E & C : Quid de l'équilibre entre les prérogatives de l'employeur en matière de sécurité et le nécessaire espace de liberté qui doit être offert aux salariés ?

S. D. : Le contrôle de l'information sortante est d'autant plus problématique qu'il se confirme que les entreprises n'ont pas le droit d'ouvrir les fichiers personnels et autres mails transmis par les salariés au motif que ce sont des correspondances personnelles. Et cela même s'il s'avère que des informations sensibles sont adressées à la concurrence.

Un arrêt de la Cour de cassation du 12 octobre 2004 s'inscrit dans la droite ligne de l'arrêt Nikon. L'arrêt s'applique, cette fois, non pas à des fichiers personnels, mais à des courriers électroniques. Or, un juge ne peut accorder une dérogation au secret de la correspondance que dans des cas limités particulièrement graves. Trop souvent, par méconnaissance des règles applicables, l'employeur a tendance à consulter les boîtes mails et les fichiers. On parle de captation illicite des moyens de preuve. Si la possibilité de faire sortir de l'information est facilitée, la traçabilité est également accrue.

Dans l'état actuel des choses, les entreprises ne peuvent que renforcer les moyens de contrôle des flux, les habilitations d'accès aux informations sensibles ou encore limiter les accès à la messagerie comme le pratiquent déjà certaines d'entre elles.

E & C : Vous estimez qu'il y a quelque chose de biaisé dans le postulat qui consiste à dire que la frontière entre vie professionnelle et vie privée explose du fait, notamment, des technologies communicantes.

S. D. : Il semble, en effet, que c'est notamment sur la base de ce postulat que les juges considèrent qu'il existe un droit à une correspondance personnelle échangée à partir de l'entreprise. Or, pour encore beaucoup de salariés, on peut pourtant considérer que la frontière entre vie professionnelle et vie privée est toujours très nette et il ne me semble pas aberrant, alors, que les mails adressés depuis ou reçus sur l'adresse IP de l'entreprise soient considérés comme professionnels par nature (à l'exception de ceux qui relèveraient du droit syndical, et pour lesquels les règles sont désormais bornées).

C'est pour les cadres, à qui les entreprises donnent les moyens d'accéder à l'intranet à partir de leur domicile et confèrent une grande indépendance dans l'exécution de leurs missions, que la frontière vie professionnelle/vie personnelle a explosé. Pour cette catégorie de personnel, toute la relation contractuelle de travail est d'ailleurs à repenser (depuis la notion de subordination jusqu'à la définition du temps de travail). Un statut contractuel «para-subordonné» ne serait-il pas plus approprié ?

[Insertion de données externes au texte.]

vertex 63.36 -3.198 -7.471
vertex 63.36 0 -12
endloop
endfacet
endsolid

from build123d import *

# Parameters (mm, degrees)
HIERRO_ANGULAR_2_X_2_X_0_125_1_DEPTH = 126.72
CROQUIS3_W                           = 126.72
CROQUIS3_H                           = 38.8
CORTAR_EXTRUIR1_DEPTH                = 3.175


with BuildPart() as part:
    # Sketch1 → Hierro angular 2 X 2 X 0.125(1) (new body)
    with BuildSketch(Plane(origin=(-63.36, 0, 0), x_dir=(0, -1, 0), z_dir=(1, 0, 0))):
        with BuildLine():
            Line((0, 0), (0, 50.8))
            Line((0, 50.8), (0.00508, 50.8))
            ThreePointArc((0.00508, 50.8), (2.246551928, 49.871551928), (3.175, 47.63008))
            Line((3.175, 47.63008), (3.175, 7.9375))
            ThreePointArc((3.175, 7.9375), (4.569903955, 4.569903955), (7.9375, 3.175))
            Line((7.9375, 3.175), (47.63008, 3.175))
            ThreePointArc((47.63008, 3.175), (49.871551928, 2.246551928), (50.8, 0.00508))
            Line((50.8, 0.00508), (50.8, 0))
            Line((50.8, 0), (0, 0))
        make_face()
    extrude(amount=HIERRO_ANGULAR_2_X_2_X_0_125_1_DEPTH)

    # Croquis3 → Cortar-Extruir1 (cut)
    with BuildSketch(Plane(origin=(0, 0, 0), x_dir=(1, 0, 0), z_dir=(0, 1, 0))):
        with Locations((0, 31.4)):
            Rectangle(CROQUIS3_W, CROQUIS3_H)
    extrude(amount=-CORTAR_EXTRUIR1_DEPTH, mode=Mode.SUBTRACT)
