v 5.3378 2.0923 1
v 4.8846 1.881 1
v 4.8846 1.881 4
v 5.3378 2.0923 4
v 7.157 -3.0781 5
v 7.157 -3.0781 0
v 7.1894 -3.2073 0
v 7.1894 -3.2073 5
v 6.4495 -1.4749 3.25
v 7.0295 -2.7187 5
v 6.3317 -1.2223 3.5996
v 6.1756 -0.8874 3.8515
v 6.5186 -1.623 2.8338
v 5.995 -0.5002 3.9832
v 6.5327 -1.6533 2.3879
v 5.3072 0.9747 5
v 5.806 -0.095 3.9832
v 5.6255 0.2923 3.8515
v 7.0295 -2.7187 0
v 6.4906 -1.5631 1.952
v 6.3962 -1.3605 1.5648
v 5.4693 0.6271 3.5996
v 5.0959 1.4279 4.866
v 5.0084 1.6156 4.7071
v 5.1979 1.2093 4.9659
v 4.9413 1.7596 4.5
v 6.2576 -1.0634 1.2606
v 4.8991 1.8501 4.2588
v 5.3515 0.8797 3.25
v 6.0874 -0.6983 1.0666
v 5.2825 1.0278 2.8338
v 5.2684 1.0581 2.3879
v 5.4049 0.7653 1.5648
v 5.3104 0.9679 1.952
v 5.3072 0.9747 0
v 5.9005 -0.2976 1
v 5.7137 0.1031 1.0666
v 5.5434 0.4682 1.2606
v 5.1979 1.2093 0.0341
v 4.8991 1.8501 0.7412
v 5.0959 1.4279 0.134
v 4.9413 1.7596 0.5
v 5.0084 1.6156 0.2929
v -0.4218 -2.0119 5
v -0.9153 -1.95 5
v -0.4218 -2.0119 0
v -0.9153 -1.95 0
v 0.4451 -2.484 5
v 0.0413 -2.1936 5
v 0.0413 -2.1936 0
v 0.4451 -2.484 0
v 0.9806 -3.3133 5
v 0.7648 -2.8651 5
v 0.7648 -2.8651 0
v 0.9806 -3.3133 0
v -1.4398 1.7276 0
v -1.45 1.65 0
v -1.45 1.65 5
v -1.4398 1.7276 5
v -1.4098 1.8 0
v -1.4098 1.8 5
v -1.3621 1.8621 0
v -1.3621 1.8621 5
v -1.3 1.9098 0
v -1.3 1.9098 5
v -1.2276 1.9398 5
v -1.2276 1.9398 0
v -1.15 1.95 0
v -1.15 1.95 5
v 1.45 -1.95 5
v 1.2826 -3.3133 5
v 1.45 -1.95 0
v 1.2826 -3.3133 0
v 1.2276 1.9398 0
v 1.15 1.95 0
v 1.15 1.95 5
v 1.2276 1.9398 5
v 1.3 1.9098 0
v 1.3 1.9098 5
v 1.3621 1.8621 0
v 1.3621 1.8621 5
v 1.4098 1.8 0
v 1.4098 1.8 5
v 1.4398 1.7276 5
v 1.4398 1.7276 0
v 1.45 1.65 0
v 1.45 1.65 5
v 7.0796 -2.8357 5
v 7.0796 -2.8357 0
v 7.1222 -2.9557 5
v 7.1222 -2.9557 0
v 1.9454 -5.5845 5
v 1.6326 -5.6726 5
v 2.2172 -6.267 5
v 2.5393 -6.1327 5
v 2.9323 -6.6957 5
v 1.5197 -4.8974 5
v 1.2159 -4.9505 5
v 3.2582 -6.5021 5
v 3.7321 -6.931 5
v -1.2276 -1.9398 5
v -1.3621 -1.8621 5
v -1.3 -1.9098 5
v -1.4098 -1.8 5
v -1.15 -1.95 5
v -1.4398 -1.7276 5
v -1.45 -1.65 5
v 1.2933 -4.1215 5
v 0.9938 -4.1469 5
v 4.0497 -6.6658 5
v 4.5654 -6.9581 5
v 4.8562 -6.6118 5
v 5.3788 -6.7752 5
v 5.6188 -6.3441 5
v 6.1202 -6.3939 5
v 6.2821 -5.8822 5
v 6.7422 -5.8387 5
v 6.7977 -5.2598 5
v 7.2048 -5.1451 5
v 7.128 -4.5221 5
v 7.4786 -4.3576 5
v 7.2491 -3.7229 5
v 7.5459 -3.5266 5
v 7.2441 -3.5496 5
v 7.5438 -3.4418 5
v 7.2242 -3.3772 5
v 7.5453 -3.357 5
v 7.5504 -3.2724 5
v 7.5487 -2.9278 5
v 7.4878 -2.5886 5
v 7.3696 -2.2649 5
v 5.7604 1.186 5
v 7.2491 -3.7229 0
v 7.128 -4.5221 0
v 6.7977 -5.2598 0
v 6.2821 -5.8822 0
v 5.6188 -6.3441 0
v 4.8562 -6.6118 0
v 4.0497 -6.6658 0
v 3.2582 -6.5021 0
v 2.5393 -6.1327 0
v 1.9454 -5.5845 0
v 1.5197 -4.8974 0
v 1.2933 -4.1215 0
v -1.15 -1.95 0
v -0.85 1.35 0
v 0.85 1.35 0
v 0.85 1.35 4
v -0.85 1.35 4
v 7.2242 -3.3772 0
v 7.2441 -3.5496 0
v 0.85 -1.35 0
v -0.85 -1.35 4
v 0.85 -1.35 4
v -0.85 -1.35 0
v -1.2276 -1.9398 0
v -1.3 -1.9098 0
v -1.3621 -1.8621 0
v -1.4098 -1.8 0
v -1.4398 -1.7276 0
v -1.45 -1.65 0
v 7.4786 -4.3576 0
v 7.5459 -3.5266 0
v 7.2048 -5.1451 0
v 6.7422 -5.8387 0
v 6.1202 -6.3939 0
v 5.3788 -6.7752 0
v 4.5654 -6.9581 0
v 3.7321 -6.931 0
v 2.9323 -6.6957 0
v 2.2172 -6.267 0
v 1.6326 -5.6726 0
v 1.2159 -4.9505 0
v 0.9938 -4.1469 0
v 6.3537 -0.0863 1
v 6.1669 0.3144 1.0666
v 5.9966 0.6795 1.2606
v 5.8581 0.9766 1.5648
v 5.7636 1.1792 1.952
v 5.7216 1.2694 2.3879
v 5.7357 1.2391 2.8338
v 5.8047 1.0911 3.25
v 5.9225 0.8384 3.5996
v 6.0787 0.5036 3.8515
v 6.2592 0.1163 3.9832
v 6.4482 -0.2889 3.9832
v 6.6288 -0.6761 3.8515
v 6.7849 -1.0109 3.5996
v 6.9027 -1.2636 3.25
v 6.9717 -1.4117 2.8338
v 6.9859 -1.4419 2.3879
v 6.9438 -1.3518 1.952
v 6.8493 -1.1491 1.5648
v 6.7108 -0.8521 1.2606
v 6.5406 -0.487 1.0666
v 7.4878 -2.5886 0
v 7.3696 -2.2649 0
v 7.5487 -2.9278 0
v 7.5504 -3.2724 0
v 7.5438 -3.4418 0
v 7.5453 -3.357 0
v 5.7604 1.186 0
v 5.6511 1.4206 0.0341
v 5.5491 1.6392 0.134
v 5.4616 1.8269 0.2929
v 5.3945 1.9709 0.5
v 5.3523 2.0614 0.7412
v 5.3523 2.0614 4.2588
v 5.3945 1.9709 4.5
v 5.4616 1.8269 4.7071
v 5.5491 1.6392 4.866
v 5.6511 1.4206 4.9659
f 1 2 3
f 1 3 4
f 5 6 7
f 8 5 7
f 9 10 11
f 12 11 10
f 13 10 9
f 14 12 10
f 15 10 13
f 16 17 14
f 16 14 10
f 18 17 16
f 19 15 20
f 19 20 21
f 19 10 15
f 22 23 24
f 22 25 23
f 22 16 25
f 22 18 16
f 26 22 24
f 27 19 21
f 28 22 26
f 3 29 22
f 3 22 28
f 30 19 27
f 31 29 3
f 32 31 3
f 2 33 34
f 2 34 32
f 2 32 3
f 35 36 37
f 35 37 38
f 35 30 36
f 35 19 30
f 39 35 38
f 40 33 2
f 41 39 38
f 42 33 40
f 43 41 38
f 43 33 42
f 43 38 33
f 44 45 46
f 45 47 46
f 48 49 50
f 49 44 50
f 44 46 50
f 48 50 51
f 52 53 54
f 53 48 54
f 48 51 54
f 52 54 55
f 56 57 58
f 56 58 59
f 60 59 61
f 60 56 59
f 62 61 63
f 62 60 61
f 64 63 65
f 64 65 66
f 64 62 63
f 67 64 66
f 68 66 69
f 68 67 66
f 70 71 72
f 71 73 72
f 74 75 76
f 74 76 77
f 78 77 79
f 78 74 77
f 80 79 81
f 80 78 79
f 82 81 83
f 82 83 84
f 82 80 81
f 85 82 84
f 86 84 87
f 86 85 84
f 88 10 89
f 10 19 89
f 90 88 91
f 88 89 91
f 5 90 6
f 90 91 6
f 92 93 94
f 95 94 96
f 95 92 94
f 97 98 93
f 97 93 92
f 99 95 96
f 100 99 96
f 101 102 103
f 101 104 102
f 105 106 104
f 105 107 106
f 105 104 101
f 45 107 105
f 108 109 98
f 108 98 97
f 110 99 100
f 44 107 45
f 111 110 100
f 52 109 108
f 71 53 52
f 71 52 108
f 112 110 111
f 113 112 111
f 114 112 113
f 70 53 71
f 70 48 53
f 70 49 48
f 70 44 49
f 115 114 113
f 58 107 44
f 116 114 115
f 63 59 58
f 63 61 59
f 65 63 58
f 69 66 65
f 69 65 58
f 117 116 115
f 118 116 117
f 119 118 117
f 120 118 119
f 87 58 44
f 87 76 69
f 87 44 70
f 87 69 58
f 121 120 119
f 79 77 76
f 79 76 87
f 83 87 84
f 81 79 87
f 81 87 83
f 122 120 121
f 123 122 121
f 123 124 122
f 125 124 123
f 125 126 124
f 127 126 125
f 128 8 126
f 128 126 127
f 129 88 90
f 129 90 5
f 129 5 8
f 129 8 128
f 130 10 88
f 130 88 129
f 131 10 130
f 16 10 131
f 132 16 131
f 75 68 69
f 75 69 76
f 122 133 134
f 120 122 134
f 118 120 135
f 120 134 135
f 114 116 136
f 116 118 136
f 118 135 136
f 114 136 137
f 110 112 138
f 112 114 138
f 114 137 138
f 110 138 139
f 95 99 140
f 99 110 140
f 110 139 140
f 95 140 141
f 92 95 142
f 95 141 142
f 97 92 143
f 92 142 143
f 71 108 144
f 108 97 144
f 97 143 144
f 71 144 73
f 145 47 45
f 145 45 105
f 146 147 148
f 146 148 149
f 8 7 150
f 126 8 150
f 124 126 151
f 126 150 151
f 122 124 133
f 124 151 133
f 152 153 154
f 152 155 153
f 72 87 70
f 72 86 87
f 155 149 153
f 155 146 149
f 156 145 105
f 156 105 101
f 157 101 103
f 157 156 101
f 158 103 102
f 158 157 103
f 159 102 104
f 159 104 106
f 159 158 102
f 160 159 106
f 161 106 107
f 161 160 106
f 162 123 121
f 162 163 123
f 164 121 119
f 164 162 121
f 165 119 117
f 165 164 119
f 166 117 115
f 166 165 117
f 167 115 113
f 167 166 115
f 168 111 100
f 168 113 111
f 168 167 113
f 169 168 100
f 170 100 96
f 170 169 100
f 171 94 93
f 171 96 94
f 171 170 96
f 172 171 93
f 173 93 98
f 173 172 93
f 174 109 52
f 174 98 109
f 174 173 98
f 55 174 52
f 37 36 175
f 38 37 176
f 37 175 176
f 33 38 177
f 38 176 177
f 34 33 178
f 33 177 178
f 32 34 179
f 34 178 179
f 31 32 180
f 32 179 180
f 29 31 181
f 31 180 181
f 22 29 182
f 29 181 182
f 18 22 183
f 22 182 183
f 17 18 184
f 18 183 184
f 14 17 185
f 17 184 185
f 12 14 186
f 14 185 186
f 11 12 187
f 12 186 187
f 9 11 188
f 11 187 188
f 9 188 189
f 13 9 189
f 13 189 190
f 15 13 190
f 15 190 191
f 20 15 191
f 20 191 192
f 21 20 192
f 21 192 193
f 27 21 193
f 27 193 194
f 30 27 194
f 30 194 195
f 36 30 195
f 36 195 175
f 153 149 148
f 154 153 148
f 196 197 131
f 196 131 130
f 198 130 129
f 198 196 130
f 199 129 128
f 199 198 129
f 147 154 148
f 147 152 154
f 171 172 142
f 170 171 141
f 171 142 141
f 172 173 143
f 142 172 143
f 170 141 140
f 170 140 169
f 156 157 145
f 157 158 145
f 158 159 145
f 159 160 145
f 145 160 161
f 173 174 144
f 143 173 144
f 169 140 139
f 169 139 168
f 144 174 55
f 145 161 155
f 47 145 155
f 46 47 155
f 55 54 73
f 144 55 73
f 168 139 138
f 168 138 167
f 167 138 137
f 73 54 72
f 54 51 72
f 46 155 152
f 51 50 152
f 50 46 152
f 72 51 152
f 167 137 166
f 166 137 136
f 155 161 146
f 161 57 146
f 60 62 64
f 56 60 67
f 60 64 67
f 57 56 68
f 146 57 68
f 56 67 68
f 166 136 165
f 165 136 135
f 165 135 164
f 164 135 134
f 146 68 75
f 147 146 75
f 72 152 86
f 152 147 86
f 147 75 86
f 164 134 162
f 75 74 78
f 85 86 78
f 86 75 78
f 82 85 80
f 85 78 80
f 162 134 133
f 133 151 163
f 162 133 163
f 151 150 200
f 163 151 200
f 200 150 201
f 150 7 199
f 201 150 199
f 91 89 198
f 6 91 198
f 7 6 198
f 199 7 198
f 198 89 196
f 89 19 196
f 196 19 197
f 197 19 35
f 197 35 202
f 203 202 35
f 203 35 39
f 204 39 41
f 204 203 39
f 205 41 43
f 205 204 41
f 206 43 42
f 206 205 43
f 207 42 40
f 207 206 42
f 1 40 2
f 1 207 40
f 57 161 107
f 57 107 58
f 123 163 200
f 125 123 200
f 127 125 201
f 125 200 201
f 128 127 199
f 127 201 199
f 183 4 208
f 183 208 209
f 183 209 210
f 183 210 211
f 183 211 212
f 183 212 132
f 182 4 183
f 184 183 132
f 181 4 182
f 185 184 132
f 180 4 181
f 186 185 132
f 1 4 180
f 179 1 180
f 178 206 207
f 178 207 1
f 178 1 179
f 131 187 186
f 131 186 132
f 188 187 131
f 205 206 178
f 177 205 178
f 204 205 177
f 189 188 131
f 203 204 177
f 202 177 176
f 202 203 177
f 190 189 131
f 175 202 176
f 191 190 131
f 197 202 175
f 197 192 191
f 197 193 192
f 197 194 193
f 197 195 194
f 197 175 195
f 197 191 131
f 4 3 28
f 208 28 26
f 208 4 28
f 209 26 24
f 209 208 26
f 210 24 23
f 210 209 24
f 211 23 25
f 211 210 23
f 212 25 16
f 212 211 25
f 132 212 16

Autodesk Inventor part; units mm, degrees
ref_plane "YZ Plane" through (0, 0, 0) normal (1, 0, 0) x (0, 1, 0)
ref_plane "XZ Plane" through (0, 0, 0) normal (0, 1, 0) x (-1, 0, 0)
ref_plane "XY Plane" through (0, 0, 0) normal (0, 0, 1) x (1, 0, 0)
sketch "Sketch1" plane through (0, 0, 0) normal (0, 0, 1) x (1, 0, 0)
  line L0 (-0.85, -1.35) -> (0.85, -1.35)
  line L1 (0.85, -1.35) -> (0.85, 1.35)
  line L2 (0.85, 1.35) -> (-0.85, 1.35)
  line L3 (-0.85, 1.35) -> (-0.85, -1.35)
  line L4 (-0.85, -1.35) -> (0.85, 1.35) construction
  line L5 (0.85, -1.35) -> (-0.85, 1.35) construction
  line L6 (7.1105, -2.8923) -> (4.8846, 1.881)
  line L7 (4.8846, 1.881) -> (5.3378, 2.0923)
  line L8 (5.3378, 2.0923) -> (7.6622, -2.8923)
  line L9 (-1.45, 1.95) -> (1.45, 1.95)
  line L10 (1.45, 1.95) -> (1.45, -1.95)
  line L11 (1.148, -1.95) -> (-1.45, -1.95)
  line L12 (-1.45, -1.95) -> (-1.45, 1.95)
  line L13 (1.45, -1.95) -> (1.148, -1.95) construction
  line L14 (1.148, -1.95) -> (0.9806, -3.3133)
  line L15 (0.9806, -3.3133) -> (1.2826, -3.3133) construction
  line L16 (1.2826, -3.3133) -> (1.45, -1.95)
  line L17 (7.6622, -2.8923) -> (7.1105, -2.8923) construction
  line L18 (7.2357, -3.3923) -> (7.537, -3.3923) construction
  arc A0 (1.2826, -3.3133) -> (7.2357, -3.3923) centre (4.2548, -3.6783) ccw
  arc A1 (0.9806, -3.3133) -> (7.537, -3.3923) centre (4.2548, -3.6783) ccw
  line L19 (7.537, -3.3923) -> (7.6622, -2.8923)
  line L20 (7.1105, -2.8923) -> (7.2357, -3.3923)
  point P0 (0, 0)
  point P1 (6.5, -0.4)
  dimension "d0" = 1.7
  dimension "d1" = 2.7
  dimension "d4" = 0.5
  dimension "d5" = 5.5
  dimension "d16" = 0.6
  dimension "d17" = 0.6
  dimension "d18" = 0.6
  dimension "d19" = 0.6
  dimension "d20" = 25
  dimension "d21" = 6.5
  dimension "d22" = 0.3
  dimension "d25" = 0.5
  dimension "d38" = 83
  dimension "d39" = 0.4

En matière de durée du travail, pour les cadres dirigeants ou les VRP, l'avancée a été faite. En échange, le salarié devra bénéficier d'une véritable garantie d'indépendance et d'autonomie dans l'exécution de ses missions pour éviter les dérapages. Il y a un débat à mener pour trouver un équilibre. La situation actuelle n'est pas satisfaisante. Je pense, notamment, aux cadres en forfaits jours pour lesquels, théoriquement, un travail, même de quelques minutes, un samedi, devrait être décompté comme un jour de travail.

ses lectures

Watchmen - les gardiens, Alan Moore, Delcourt G. Productions, 1998.

Les bonnes soupes du monastère, Victor-Antoine d'Avila-Latourette, 1998.

Histoire, Jacques Prévert, Gallimard, 1972.

parcours

Titulaire d'un DEA de droit social, Sébastien Ducamp a rejoint, en 1997, le département droit social de Kahn & Associés, cabinet particulièrement présent dans le secteur des nouvelles technologies. Il est associé depuis 2002.

Précédemment, il exerçait chez Arthur Andersen International.